* [Task]:
Filter the material below down to the lines containing the word "BuildSketch".

_ _ _

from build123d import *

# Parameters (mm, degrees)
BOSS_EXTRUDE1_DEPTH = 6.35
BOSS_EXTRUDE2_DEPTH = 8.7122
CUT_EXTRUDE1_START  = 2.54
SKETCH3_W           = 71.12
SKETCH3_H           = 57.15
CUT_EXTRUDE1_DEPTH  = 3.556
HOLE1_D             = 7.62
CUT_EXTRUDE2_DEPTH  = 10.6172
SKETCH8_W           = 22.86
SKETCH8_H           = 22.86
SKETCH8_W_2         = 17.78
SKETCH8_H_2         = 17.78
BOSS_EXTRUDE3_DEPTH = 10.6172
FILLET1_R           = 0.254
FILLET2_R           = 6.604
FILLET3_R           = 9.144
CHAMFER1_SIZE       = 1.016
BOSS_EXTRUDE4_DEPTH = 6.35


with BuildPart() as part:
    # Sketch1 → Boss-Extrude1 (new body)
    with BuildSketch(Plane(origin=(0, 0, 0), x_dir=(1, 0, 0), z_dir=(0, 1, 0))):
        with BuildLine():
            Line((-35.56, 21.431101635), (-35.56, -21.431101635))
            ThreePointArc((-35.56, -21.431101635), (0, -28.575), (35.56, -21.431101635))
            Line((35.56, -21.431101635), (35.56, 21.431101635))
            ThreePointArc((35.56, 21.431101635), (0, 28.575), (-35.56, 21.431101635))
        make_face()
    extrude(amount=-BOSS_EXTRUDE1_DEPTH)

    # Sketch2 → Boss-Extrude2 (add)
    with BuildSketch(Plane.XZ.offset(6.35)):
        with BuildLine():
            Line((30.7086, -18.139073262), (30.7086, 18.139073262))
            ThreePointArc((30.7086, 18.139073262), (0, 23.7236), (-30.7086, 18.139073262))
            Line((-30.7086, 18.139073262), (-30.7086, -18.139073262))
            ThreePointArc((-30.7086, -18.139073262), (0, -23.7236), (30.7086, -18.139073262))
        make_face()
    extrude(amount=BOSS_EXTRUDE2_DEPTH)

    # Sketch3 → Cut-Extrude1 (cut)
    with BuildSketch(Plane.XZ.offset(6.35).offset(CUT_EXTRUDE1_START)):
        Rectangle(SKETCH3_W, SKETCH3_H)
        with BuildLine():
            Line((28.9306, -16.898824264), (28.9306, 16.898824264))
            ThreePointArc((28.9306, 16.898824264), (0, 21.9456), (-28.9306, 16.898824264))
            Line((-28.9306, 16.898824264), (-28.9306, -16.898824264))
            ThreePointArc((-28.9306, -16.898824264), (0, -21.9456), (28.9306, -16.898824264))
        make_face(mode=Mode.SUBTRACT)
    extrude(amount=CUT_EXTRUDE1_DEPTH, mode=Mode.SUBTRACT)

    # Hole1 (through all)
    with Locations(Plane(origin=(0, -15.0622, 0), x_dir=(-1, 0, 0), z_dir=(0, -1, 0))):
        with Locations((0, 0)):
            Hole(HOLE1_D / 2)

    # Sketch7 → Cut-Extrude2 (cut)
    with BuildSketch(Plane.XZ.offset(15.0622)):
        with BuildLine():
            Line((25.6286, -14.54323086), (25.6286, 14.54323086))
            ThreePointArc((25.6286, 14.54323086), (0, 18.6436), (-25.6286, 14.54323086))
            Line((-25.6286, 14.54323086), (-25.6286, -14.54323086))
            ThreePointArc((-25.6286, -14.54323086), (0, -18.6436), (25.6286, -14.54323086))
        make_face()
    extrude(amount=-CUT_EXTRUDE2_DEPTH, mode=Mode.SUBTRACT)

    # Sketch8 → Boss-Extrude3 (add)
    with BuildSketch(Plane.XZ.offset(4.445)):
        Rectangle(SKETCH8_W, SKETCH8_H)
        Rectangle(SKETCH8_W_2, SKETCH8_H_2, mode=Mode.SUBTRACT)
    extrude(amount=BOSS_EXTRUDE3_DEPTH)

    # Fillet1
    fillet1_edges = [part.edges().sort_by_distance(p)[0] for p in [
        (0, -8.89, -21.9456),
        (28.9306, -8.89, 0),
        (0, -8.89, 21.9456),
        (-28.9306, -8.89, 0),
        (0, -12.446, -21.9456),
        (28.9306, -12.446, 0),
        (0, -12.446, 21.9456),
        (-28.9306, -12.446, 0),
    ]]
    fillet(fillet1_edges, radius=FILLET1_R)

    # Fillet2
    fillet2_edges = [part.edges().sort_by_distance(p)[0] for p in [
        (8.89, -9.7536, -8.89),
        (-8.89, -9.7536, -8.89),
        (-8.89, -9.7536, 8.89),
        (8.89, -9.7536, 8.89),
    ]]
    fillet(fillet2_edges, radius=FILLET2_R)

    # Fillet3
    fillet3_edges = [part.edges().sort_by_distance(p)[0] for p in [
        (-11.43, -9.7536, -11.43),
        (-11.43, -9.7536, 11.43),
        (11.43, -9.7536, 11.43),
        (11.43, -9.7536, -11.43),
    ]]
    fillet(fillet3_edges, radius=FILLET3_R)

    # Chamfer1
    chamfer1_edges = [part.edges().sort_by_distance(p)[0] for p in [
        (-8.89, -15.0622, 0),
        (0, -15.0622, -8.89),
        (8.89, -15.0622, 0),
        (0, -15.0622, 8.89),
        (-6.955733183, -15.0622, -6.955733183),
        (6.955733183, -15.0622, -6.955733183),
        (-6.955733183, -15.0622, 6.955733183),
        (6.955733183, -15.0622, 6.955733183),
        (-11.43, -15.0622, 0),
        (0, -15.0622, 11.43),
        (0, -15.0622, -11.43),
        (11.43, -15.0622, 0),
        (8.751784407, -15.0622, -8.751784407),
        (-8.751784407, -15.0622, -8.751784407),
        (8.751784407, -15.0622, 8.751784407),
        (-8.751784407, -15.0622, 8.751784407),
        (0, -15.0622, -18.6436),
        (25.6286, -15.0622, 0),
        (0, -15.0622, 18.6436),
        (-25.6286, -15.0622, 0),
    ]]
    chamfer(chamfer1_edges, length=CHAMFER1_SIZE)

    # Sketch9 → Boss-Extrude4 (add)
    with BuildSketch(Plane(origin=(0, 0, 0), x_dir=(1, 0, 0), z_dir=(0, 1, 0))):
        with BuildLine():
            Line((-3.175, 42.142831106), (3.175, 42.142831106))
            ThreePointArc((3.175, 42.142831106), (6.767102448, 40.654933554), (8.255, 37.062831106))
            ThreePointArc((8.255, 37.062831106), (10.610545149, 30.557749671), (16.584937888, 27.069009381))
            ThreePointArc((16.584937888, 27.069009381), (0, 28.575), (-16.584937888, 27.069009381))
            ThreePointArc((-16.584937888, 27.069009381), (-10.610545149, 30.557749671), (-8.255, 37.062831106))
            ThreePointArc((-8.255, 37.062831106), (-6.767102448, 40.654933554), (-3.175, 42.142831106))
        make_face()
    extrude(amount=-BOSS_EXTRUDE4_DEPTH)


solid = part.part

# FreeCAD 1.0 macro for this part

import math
import FreeCAD as App
import Part
import Sketcher
Q = App.Units.Quantity


def edges_at(feature, points):
    """Names of the edges that pass closest to the given points."""
    edges = feature.Shape.Edges
    near = lambda p: min(range(len(edges)), key=lambda i: edges[i].distToShape(Part.Vertex(*p))[0])
    return sorted({f"Edge{near(p) + 1}" for p in points})

doc = App.newDocument("Part")
body = doc.addObject("PartDesign::Body", "Body")

# Sketch on XZ plane
sketch1 = body.newObject("Sketcher::SketchObject", "Sketch")
sketch1.AttachmentSupport = (doc.getObject("XZ_Plane"), [""])
sketch1.MapMode = "FlatFace"
sketch1.addGeometry(Part.LineSegment(App.Vector(-36, -21, 0), App.Vector(-36, 21, 0)), False)
sketch1.addGeometry(Part.ArcOfCircle(Part.Circle(App.Vector(0, -63, 0), App.Vector(0, 0, 1), 92), math.radians(67), math.radians(113)), False)
sketch1.addGeometry(Part.LineSegment(App.Vector(36, 21, 0), App.Vector(36, -21, 0)), False)
sketch1.addGeometry(Part.ArcOfCircle(Part.Circle(App.Vector(0, 63, 0), App.Vector(0, 0, 1), 92), math.radians(-113), math.radians(-67)), False)
sketch1.addConstraint(Sketcher.Constraint("Coincident", 0, 2, 1, 2))
sketch1.addConstraint(Sketcher.Constraint("Coincident", 1, 1, 2, 1))
sketch1.addConstraint(Sketcher.Constraint("Coincident", 2, 2, 3, 2))
sketch1.addConstraint(Sketcher.Constraint("Coincident", 3, 1, 0, 1))
sketch1.addConstraint(Sketcher.Constraint("Vertical", 0))
sketch1.addConstraint(Sketcher.Constraint("Vertical", 2))
sketch1.addConstraint(Sketcher.Constraint("Equal", 1, 3))
sketch1.addConstraint(Sketcher.Constraint("Symmetric", 1, 3, 3, 3, -1, 1))
sketch1.addConstraint(Sketcher.Constraint("Symmetric", 0, 2, 1, 1, -2))
sketch1.addConstraint(Sketcher.Constraint("Radius", 1, Q("3.625 in")))
sketch1.addConstraint(Sketcher.Constraint("DistanceY", 1, 3, 3, 3, Q("5 in")))
sketch1.addConstraint(Sketcher.Constraint("DistanceX", 0, 2, -1, 1, Q("1.4 in")))
pad1 = body.newObject("PartDesign::Pad", "Pad")
pad1.Profile = sketch1
pad1.Length = Q("0.25 in")
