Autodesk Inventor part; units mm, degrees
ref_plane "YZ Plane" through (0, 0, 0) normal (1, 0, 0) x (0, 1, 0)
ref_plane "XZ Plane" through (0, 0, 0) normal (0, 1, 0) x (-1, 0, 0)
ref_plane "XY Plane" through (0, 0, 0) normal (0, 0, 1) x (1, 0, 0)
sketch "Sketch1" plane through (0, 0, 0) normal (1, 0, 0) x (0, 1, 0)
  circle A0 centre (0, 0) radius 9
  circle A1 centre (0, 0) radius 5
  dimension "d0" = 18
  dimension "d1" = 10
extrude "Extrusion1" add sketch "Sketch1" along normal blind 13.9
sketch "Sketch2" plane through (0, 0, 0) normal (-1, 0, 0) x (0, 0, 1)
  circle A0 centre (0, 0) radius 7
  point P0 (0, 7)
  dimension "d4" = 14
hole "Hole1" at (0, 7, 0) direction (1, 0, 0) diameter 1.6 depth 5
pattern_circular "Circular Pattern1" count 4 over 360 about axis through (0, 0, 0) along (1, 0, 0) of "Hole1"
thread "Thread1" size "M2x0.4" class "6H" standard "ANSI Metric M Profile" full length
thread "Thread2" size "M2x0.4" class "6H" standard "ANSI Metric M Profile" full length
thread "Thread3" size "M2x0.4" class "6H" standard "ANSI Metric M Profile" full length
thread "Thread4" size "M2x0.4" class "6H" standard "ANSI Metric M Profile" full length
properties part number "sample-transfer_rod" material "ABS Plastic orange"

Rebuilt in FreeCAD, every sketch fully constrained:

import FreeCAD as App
import Part
import Sketcher

V = App.Vector

doc = App.newDocument("Part")
body = doc.addObject("PartDesign::Body", "Body")

# Sketch on YZ plane
sketch1 = body.newObject("Sketcher::SketchObject", "Sketch")
sketch1.AttachmentSupport = (doc.getObject("YZ_Plane"), [""])
sketch1.MapMode = "FlatFace"
sketch1.addGeometry([
    Part.Circle(V(0, 0, 0), V(0, 0, 1), 9),
    Part.Circle(V(0, 0, 0), V(0, 0, 1), 5),
], False)
sketch1.addConstraint([
    Sketcher.Constraint("Coincident", 0, 3, -1, 1),
    Sketcher.Constraint("Coincident", 1, 3, -1, 1),
    Sketcher.Constraint("Diameter", 0, 18.0),
    Sketcher.Constraint("Diameter", 1, 10.0),
])
pad1 = body.newObject("PartDesign::Pad", "Pad")
pad1.Profile = sketch1
pad1.Length = 13.9

# Sketch on YZ plane
sketch2 = body.newObject("Sketcher::SketchObject", "Sketch001")
sketch2.AttachmentSupport = (doc.getObject("YZ_Plane"), [""])
sketch2.MapMode = "FlatFace"
sketch2.addGeometry(Part.Circle(V(7, 0, 0), V(0, 0, 1), 0.8), False)
sketch2.addConstraint([
    Sketcher.Constraint("PointOnObject", 0, 3, -1),
    Sketcher.Constraint("Diameter", 0, 1.6),
    Sketcher.Constraint("DistanceX", -1, 1, 0, 3, 7.0),
])
doc.recompute()
hole = body.newObject("PartDesign::Hole", "Hole")
hole.Profile = sketch2
hole.ThreadType = "None"
hole.Diameter = 1.6
hole.DepthType = "Dimension"
hole.Depth = 5
hole.DrillPoint = "Flat"
hole.Reversed = True
doc.recompute()

polarpattern = body.newObject("PartDesign::PolarPattern", "PolarPattern")
polarpattern.Originals = [hole]
polarpattern.Axis = (doc.getObject("X_Axis"), [""])
polarpattern.Angle = 360
polarpattern.Occurrences = 4
body.Tip = polarpattern

doc.recompute()
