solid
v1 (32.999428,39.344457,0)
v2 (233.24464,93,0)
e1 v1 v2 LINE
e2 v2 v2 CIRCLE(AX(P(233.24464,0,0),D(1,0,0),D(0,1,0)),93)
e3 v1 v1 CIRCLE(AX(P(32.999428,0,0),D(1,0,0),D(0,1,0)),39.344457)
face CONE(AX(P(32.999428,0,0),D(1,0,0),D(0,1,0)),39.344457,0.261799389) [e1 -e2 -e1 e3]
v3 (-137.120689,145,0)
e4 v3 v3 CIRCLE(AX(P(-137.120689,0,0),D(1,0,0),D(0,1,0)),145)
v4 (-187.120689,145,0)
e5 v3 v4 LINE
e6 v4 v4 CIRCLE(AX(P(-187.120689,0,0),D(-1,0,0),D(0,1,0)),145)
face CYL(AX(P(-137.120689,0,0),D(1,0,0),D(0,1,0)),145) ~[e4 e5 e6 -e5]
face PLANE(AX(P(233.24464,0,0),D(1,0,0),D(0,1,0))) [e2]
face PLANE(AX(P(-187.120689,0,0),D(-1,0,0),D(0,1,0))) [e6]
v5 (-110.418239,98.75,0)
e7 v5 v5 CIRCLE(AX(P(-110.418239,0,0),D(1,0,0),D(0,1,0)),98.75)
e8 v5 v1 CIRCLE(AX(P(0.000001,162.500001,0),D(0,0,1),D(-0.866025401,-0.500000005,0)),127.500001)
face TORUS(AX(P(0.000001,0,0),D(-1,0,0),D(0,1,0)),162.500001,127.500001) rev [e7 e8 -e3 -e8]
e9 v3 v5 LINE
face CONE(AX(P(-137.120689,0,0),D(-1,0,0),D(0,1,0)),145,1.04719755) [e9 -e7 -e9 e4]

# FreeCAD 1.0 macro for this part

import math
import FreeCAD as App
import Part
import Sketcher
from FreeCAD import Vector
Q = App.Units.Quantity

doc = App.newDocument("Part")
body = doc.addObject("PartDesign::Body", "Body")

# Sketch on XY plane
sketch1 = body.newObject("Sketcher::SketchObject", "Sketch")
sketch1.AttachmentSupport = (doc.getObject("XY_Plane"), [""])
sketch1.MapMode = "FlatFace"
sketch1.addGeometry(Part.ArcOfCircle(Part.Circle(Vector(0.000001, 162.500001, 0), Vector(0, 0, 1), 127.500001), math.radians(-150), math.radians(-75.000001)), False)
sketch1.addGeometry(Part.LineSegment(Vector(-110.418239, 98.75, 0), Vector(-137.120689, 145, 0)), False)
sketch1.addGeometry(Part.LineSegment(Vector(-137.120689, 145, 0), Vector(-137.120689, 0, 0)), False)
sketch1.addGeometry(Part.LineSegment(Vector(-137.120689, 0, 0), Vector(233.24464, 0, 0)), False)
sketch1.addGeometry(Part.LineSegment(Vector(233.24464, 0, 0), Vector(233.24464, 93, 0)), False)
sketch1.addGeometry(Part.LineSegment(Vector(233.24464, 93, 0), Vector(32.999428, 39.344457, 0)), False)
sketch1.addConstraint(Sketcher.Constraint("Tangent", 0, 1, 1, 1))
sketch1.addConstraint(Sketcher.Constraint("Coincident", 1, 2, 2, 1))
sketch1.addConstraint(Sketcher.Constraint("Coincident", 2, 2, 3, 1))
sketch1.addConstraint(Sketcher.Constraint("Coincident", 3, 2, 4, 1))
sketch1.addConstraint(Sketcher.Constraint("Coincident", 4, 2, 5, 1))
sketch1.addConstraint(Sketcher.Constraint("Tangent", 5, 2, 0, 2))
sketch1.addConstraint(Sketcher.Constraint("Vertical", 2))
sketch1.addConstraint(Sketcher.Constraint("Horizontal", 3))
sketch1.addConstraint(Sketcher.Constraint("Vertical", 4))
sketch1.addConstraint(Sketcher.Constraint("PointOnObject", 0, 3, -2))
sketch1.addConstraint(Sketcher.Constraint("PointOnObject", 2, 2, -1))
sketch1.addConstraint(Sketcher.Constraint("Radius", 0, 127.500001))
sketch1.addConstraint(Sketcher.Constraint("DistanceY", 2, 2, 2, 1, 145.0))
sketch1.addConstraint(Sketcher.Constraint("DistanceY", 4, 1, 4, 2, 93.0))
sketch1.addConstraint(Sketcher.Constraint("Angle", 1, Q("120 deg")))
sketch1.addConstraint(Sketcher.Constraint("Angle", 5, Q("-165 deg")))
sketch1.addConstraint(Sketcher.Constraint("DistanceY", -1, 1, 0, 3, 162.500001))
revolution = body.newObject("PartDesign::Revolution", "Revolution")
revolution.Profile = sketch1
revolution.ReferenceAxis = (sketch1, ["H_Axis"])
revolution.Angle = 360

# Sketch on YZ plane
sketch2 = body.newObject("Sketcher::SketchObject", "Sketch001")
sketch2.AttachmentSupport = (doc.getObject("YZ_Plane"), [""])
sketch2.MapMode = "FlatFace"
sketch2.AttachmentOffset = App.Placement(Vector(0, 0, -137.120689), App.Rotation())
sketch2.addGeometry(Part.Circle(Vector(0, 0, 0), Vector(0, 0, 1), 145), False)
sketch2.addConstraint(Sketcher.Constraint("Coincident", 0, 3, -1, 1))
sketch2.addConstraint(Sketcher.Constraint("Diameter", 0, 290.0))
pad1 = body.newObject("PartDesign::Pad", "Pad")
pad1.Profile = sketch2
pad1.Length = 50
pad1.Reversed = True

doc.recompute()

_ _ _

* [Expected answer]:
    with BuildSketch(Plane(origin=(0, 0, 0), x_dir=(1, 0, 0), z_dir=(0, 1, 0))):
    with BuildSketch(Plane.XZ.offset(6.35)):
    with BuildSketch(Plane.XZ.offset(6.35).offset(CUT_EXTRUDE1_START)):
    with BuildSketch(Plane.XZ.offset(15.0622)):
    with BuildSketch(Plane.XZ.offset(4.445)):
    with BuildSketch(Plane(origin=(0, 0, 0), x_dir=(1, 0, 0), z_dir=(0, 1, 0))):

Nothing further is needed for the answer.